Economic sanctions have a long and brutal history, almost as long as the history of war itself.
What they don’t have—especially in recent memory—is a history of accomplishing their ostensible goal of changing governments’ behavior.
Over the past 30-plus years, roughly beginning with the 1990-91 Gulf crisis and U.S.-led war against Iraq, Washington’s imposition of harsh economic sanctions has vastly expanded. Whether imposed directly or compelled by the United Nations under U.S. pressure, sanctions are often described as an “alternative” to war—softer, less deadly, more humane.
At the urging of the United States, the U.N. imposed sanctions on Iraq within four days of Iraq’s invasion of Kuwait in August 1990. After the short war in January-February 1991 forced Iraq’s military to withdraw from Kuwait (as the United States destroyed Iraq’s water, sewage, and power systems), the sanctions remained in place, obliterating any hope of rebuilding the shattered country.

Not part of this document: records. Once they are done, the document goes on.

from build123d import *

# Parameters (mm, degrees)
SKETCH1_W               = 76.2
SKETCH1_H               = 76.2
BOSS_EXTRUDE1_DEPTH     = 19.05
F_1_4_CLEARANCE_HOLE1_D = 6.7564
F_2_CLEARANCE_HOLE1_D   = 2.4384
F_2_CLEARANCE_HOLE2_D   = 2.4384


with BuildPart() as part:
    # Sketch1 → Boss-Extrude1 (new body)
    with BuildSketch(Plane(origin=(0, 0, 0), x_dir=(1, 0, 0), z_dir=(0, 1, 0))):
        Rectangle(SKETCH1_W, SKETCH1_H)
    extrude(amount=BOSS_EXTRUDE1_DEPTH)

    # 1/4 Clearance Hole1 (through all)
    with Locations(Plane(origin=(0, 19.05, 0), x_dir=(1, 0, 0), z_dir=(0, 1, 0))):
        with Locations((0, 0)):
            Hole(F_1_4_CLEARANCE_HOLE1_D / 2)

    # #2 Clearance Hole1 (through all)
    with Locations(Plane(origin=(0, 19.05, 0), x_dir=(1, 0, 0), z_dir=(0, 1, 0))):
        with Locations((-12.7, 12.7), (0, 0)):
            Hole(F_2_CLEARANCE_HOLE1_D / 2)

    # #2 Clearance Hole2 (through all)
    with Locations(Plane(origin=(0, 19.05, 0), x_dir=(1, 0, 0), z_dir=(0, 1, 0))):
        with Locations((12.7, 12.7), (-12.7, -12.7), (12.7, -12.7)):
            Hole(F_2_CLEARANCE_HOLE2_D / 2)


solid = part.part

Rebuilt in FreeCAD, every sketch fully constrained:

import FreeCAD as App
import Part
import Sketcher
Q = App.Units.Quantity

doc = App.newDocument("Part")
params = doc.addObject("Spreadsheet::Sheet", "Params")
for row, (alias, value) in enumerate([
    ("sketch1_width", "3 in"),
    ("pad1_length", "0.75 in"),
    ("sketch2_diameter", "0.266 in"),
    ("hole_diameter", "0.266 in"),
    ("sketch3_diameter", "0.096 in"),
    ("hole2_diameter", "0.096 in"),
    ("sketch4_diameter", "0.096 in"),
    ("hole3_diameter", "0.096 in"),
], start=1):
    params.set(f"A{row}", alias)
    params.set(f"B{row}", "=" + value)
    params.setAlias(f"B{row}", alias)

body = doc.addObject("PartDesign::Body", "Body")

sketch1 = doc.addObject("Sketcher::SketchObject", "Sketch")
body.addObject(sketch1)
sketch1.AttachmentSupport = (doc.XZ_Plane, [""])
sketch1.MapMode = "FlatFace"
sketch1.addGeometry([
    Part.LineSegment(App.Vector(-38, -38, 0), App.Vector(-38, 38, 0)),
    Part.LineSegment(App.Vector(-38, 38, 0), App.Vector(38, 38, 0)),
    Part.LineSegment(App.Vector(38, 38, 0), App.Vector(38, -38, 0)),
    Part.LineSegment(App.Vector(38, -38, 0), App.Vector(-38, -38, 0)),
], False)
sketch1.addConstraint([
    Sketcher.Constraint("Coincident", 0, 2, 1, 1),
    Sketcher.Constraint("Coincident", 1, 2, 2, 1),
    Sketcher.Constraint("Coincident", 2, 2, 3, 1),
    Sketcher.Constraint("Coincident", 3, 2, 0, 1),
    Sketcher.Constraint("Vertical", 0),
    Sketcher.Constraint("Horizontal", 1),
    Sketcher.Constraint("Vertical", 2),
    Sketcher.Constraint("Horizontal", 3),
    Sketcher.Constraint("Symmetric", 0, 2, 2, 2, -1, 1),
    Sketcher.Constraint("Equal", 3, 0),
    Sketcher.Constraint("DistanceX", 1, 1, 1, 2, Q("3 in")),
])
sketch1.setExpression("Constraints[10]", "Params.sketch1_width")
pad1 = doc.addObject("PartDesign::Pad", "Pad")
body.addObject(pad1)
pad1.Profile = sketch1
pad1.setExpression("Length", "Params.pad1_length")
pad1.Reversed = True

sketch2 = doc.addObject("Sketcher::SketchObject", "Sketch001")
body.addObject(sketch2)
sketch2.AttachmentSupport = (doc.XZ_Plane, [""])
sketch2.MapMode = "FlatFace"
sketch2.AttachmentOffset = App.Placement(App.Vector(0, 0, -0.75 * 25.4), App.Rotation())
sketch2.addGeometry(Part.Circle(App.Vector(0, 0, 0), App.Vector(0, 0, 1), 3.4), False)
sketch2.addConstraint([
    Sketcher.Constraint("Coincident", 0, 3, -1, 1),
    Sketcher.Constraint("Diameter", 0, Q("0.266 in")),
])
sketch2.setExpression("Constraints[1]", "Params.sketch2_diameter")
doc.recompute()
hole = doc.addObject("PartDesign::Hole", "Hole")
body.addObject(hole)
hole.Profile = sketch2
hole.ThreadType = "None"
hole.setExpression("Diameter", "Params.hole_diameter")
hole.DepthType = "ThroughAll"
hole.Reversed = True

sketch3 = doc.addObject("Sketcher::SketchObject", "Sketch002")
body.addObject(sketch3)
sketch3.AttachmentSupport = (doc.XZ_Plane, [""])
sketch3.MapMode = "FlatFace"
sketch3.AttachmentOffset = App.Placement(App.Vector(0, 0, -0.75 * 25.4), App.Rotation())
sketch3.addGeometry([
    Part.Circle(App.Vector(-12.7, -12.7, 0), App.Vector(0, 0, 1), 1.2),
    Part.Circle(App.Vector(0, 0, 0), App.Vector(0, 0, 1), 1.2),
], False)
sketch3.addConstraint([
    Sketcher.Constraint("Coincident", 1, 3, -1, 1),
    Sketcher.Constraint("Equal", 0, 1),
    Sketcher.Constraint("Diameter", 0, Q("0.096 in")),
    Sketcher.Constraint("DistanceX", 0, 3, -1, 1, Q("0.5 in")),
    Sketcher.Constraint("DistanceY", 0, 3, -1, 1, Q("0.5 in")),
])
sketch3.setExpression("Constraints[2]", "Params.sketch3_diameter")
doc.recompute()
hole2 = doc.addObject("PartDesign::Hole", "Hole001")
body.addObject(hole2)
hole2.Profile = sketch3
hole2.ThreadType = "None"
hole2.setExpression("Diameter", "Params.hole2_diameter")
hole2.DepthType = "ThroughAll"
hole2.Reversed = True

sketch4 = doc.addObject("Sketcher::SketchObject", "Sketch003")
body.addObject(sketch4)
sketch4.AttachmentSupport = (doc.XZ_Plane, [""])
sketch4.MapMode = "FlatFace"
sketch4.AttachmentOffset = App.Placement(App.Vector(0, 0, -0.75 * 25.4), App.Rotation())
sketch4.addGeometry([
    Part.Circle(App.Vector(12.7, -12.7, 0), App.Vector(0, 0, 1), 1.2),
    Part.Circle(App.Vector(-12.7, 12.7, 0), App.Vector(0, 0, 1), 1.2),
    Part.Circle(App.Vector(12.7, 12.7, 0), App.Vector(0, 0, 1), 1.2),
], False)
sketch4.addConstraint([
    Sketcher.Constraint("Equal", 0, 1),
    Sketcher.Constraint("Equal", 1, 2),
    Sketcher.Constraint("Symmetric", 0, 3, 1, 3, -1, 1),
    Sketcher.Constraint("Symmetric", 1, 3, 2, 3, -2),
    Sketcher.Constraint("Diameter", 0, Q("0.096 in")),
    Sketcher.Constraint("DistanceX", 1, 3, 0, 3, Q("1 in")),
    Sketcher.Constraint("DistanceY", 0, 3, 1, 3, Q("1 in")),
])
sketch4.setExpression("Constraints[4]", "Params.sketch4_diameter")
doc.recompute()
hole3 = doc.addObject("PartDesign::Hole", "Hole002")
body.addObject(hole3)
hole3.Profile = sketch4
hole3.ThreadType = "None"
hole3.setExpression("Diameter", "Params.hole3_diameter")
hole3.DepthType = "ThroughAll"
hole3.Reversed = True

doc.recompute()
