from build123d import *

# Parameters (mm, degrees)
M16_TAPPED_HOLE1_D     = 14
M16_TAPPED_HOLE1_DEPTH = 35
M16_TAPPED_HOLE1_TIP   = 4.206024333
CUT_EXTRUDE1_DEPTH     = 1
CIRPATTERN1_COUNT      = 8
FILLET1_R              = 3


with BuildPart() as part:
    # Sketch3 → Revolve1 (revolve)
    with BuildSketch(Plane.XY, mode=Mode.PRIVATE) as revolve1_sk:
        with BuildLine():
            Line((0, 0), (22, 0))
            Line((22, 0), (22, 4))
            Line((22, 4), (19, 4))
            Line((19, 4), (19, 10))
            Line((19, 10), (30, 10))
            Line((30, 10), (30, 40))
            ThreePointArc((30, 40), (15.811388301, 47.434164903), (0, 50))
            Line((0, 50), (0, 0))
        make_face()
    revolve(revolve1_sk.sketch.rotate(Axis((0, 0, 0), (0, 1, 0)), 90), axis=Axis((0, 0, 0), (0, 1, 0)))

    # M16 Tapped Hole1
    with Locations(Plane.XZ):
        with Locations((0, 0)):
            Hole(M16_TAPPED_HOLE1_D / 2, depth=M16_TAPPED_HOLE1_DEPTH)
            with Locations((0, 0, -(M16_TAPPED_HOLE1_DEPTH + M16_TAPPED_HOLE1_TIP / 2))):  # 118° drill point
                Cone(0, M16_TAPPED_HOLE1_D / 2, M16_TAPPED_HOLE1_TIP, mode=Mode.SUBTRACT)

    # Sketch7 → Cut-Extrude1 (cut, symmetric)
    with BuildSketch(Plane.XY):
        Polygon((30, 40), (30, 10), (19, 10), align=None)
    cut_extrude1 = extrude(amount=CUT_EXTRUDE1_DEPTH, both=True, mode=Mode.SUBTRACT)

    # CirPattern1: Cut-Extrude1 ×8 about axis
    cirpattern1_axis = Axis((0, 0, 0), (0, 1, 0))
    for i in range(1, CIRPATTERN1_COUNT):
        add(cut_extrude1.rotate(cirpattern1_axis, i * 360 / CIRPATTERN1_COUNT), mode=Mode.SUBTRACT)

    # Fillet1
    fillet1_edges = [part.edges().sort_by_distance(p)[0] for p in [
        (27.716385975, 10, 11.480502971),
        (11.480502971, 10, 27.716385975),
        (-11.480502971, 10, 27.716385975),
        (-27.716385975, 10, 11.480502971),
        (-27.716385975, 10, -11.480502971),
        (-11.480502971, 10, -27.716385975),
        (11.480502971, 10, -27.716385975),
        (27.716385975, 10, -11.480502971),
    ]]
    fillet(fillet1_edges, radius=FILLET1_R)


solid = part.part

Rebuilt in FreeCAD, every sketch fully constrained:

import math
import FreeCAD as App
import Part
import Sketcher
from FreeCAD import Vector


def edges_at(feature, points):
    """Names of the edges that pass closest to the given points."""
    edges = feature.Shape.Edges
    near = lambda p: min(range(len(edges)), key=lambda i: edges[i].distToShape(Part.Vertex(*p))[0])
    return sorted({f"Edge{near(p) + 1}" for p in points})

doc = App.newDocument("Part")
body = doc.addObject("PartDesign::Body", "Body")

sketch1 = body.newObject("Sketcher::SketchObject", "Sketch")
sketch1.AttachmentSupport = (doc.getObject("XY_Plane"), [""])
sketch1.MapMode = "FlatFace"
sketch1.addGeometry(Part.LineSegment(Vector(0, 0, 0), Vector(22, 0, 0)), False)
sketch1.addGeometry(Part.LineSegment(Vector(22, 0, 0), Vector(22, 4, 0)), False)
sketch1.addGeometry(Part.LineSegment(Vector(22, 4, 0), Vector(19, 4, 0)), False)
sketch1.addGeometry(Part.LineSegment(Vector(19, 4, 0), Vector(19, 10, 0)), False)
sketch1.addGeometry(Part.LineSegment(Vector(19, 10, 0), Vector(30, 10, 0)), False)
sketch1.addGeometry(Part.LineSegment(Vector(30, 10, 0), Vector(30, 40, 0)), False)
sketch1.addGeometry(Part.ArcOfCircle(Part.Circle(Vector(0, 0, 0), Vector(0, 0, 1), 50), math.radians(53), math.radians(90)), False)
sketch1.addGeometry(Part.LineSegment(Vector(0, 50, 0), Vector(0, 0, 0)), False)
sketch1.addConstraint(Sketcher.Constraint("Coincident", 0, 2, 1, 1))
sketch1.addConstraint(Sketcher.Constraint("Coincident", 1, 2, 2, 1))
sketch1.addConstraint(Sketcher.Constraint("Coincident", 2, 2, 3, 1))
sketch1.addConstraint(Sketcher.Constraint("Coincident", 3, 2, 4, 1))
sketch1.addConstraint(Sketcher.Constraint("Coincident", 4, 2, 5, 1))
sketch1.addConstraint(Sketcher.Constraint("Coincident", 5, 2, 6, 1))
sketch1.addConstraint(Sketcher.Constraint("Coincident", 6, 2, 7, 1))
sketch1.addConstraint(Sketcher.Constraint("Coincident", 7, 2, 0, 1))
sketch1.addConstraint(Sketcher.Constraint("Horizontal", 0))
sketch1.addConstraint(Sketcher.Constraint("Vertical", 1))
sketch1.addConstraint(Sketcher.Constraint("Horizontal", 2))
sketch1.addConstraint(Sketcher.Constraint("Vertical", 3))
sketch1.addConstraint(Sketcher.Constraint("Horizontal", 4))
sketch1.addConstraint(Sketcher.Constraint("Vertical", 5))
sketch1.addConstraint(Sketcher.Constraint("Vertical", 7))
sketch1.addConstraint(Sketcher.Constraint("Coincident", 6, 3, -1, 1))
sketch1.addConstraint(Sketcher.Constraint("Coincident", 7, 2, -1, 1))
sketch1.addConstraint(Sketcher.Constraint("Radius", 6, 50.0))
sketch1.addConstraint(Sketcher.Constraint("DistanceX", 0, 1, 0, 2, 22.0))
sketch1.addConstraint(Sketcher.Constraint("DistanceX", 2, 2, 2, 1, 3.0))
sketch1.addConstraint(Sketcher.Constraint("DistanceX", 4, 1, 4, 2, 11.0))
sketch1.addConstraint(Sketcher.Constraint("DistanceY", 1, 1, 1, 2, 4.0))
sketch1.addConstraint(Sketcher.Constraint("DistanceY", 3, 1, 3, 2, 6.0))
revolution = body.newObject("PartDesign::Revolution", "Revolution")
revolution.Profile = sketch1
revolution.ReferenceAxis = (sketch1, ["V_Axis"])
revolution.Angle = 360

sketch2 = body.newObject("Sketcher::SketchObject", "Sketch001")
sketch2.AttachmentSupport = (doc.getObject("XZ_Plane"), [""])
sketch2.MapMode = "FlatFace"
sketch2.addGeometry(Part.Circle(Vector(0, 0, 0), Vector(0, 0, 1), 7), False)
sketch2.addConstraint(Sketcher.Constraint("Coincident", 0, 3, -1, 1))
sketch2.addConstraint(Sketcher.Constraint("Diameter", 0, 14.0))
doc.recompute()
hole = body.newObject("PartDesign::Hole", "Hole")
hole.Profile = sketch2
hole.ThreadType = "None"
hole.Diameter = 14
hole.DepthType = "Dimension"
hole.Depth = 35
hole.DrillPoint = "Angled"
hole.DrillPointAngle = 118

sketch3 = body.newObject("Sketcher::SketchObject", "Sketch002")
sketch3.AttachmentSupport = (doc.getObject("XY_Plane"), [""])
sketch3.MapMode = "FlatFace"
sketch3.addGeometry(Part.LineSegment(Vector(30, 10, 0), Vector(30, 40, 0)), False)
sketch3.addGeometry(Part.LineSegment(Vector(30, 40, 0), Vector(19, 10, 0)), False)
sketch3.addGeometry(Part.LineSegment(Vector(19, 10, 0), Vector(30, 10, 0)), False)
sketch3.addConstraint(Sketcher.Constraint("Coincident", 0, 2, 1, 1))
sketch3.addConstraint(Sketcher.Constraint("Coincident", 1, 2, 2, 1))
sketch3.addConstraint(Sketcher.Constraint("Coincident", 2, 2, 0, 1))
sketch3.addConstraint(Sketcher.Constraint("Vertical", 0))
sketch3.addConstraint(Sketcher.Constraint("Horizontal", 2))
sketch3.addConstraint(Sketcher.Constraint("DistanceX", 2, 1, 2, 2, 11.0))
sketch3.addConstraint(Sketcher.Constraint("DistanceY", 0, 1, 0, 2, 30.0))
sketch3.addConstraint(Sketcher.Constraint("DistanceX", -1, 1, 0, 2, 30.0))
sketch3.addConstraint(Sketcher.Constraint("DistanceY", -1, 1, 0, 2, 40.0))
pocket1 = body.newObject("PartDesign::Pocket", "Pocket")
pocket1.Profile = sketch3
pocket1.Length = 2
pocket1.Midplane = True
doc.recompute()

polarpattern = body.newObject("PartDesign::PolarPattern", "PolarPattern")
polarpattern.Originals = [pocket1]
polarpattern.Axis = (doc.getObject("Y_Axis"), [""])
polarpattern.Angle = 360
polarpattern.Occurrences = 8
body.Tip = polarpattern
doc.recompute()

fillet = body.newObject("PartDesign::Fillet", "Fillet")
fillet.Base = (polarpattern, edges_at(polarpattern, [
    (27.716, 10, 11.481),
    (11.481, 10, 27.716),
    (-11.481, 10, 27.716),
    (-27.716, 10, 11.481),
    (-27.716, 10, -11.481),
    (-11.481, 10, -27.716),
    (11.481, 10, -27.716),
    (27.716, 10, -11.481),
]))
fillet.Radius = 3

doc.recompute()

They largely prohibited the sale of oil, virtually Iraq’s only export, shredding the war-devastated country’s social fabric.
These sanctions were only lifted after the U.S. overthrow of the Iraqi government in 2003.
In 1996, after six years of sanctions, then-U.S. Ambassador to the U.N. Madeleine Albright was asked about reports of 500,000 children dying as a result. Without missing a beat, she replied, “We think the price is worth it.” For years afterward, she expressed regret for saying it, but she never apologized for supporting measures that could kill half a million children in six years.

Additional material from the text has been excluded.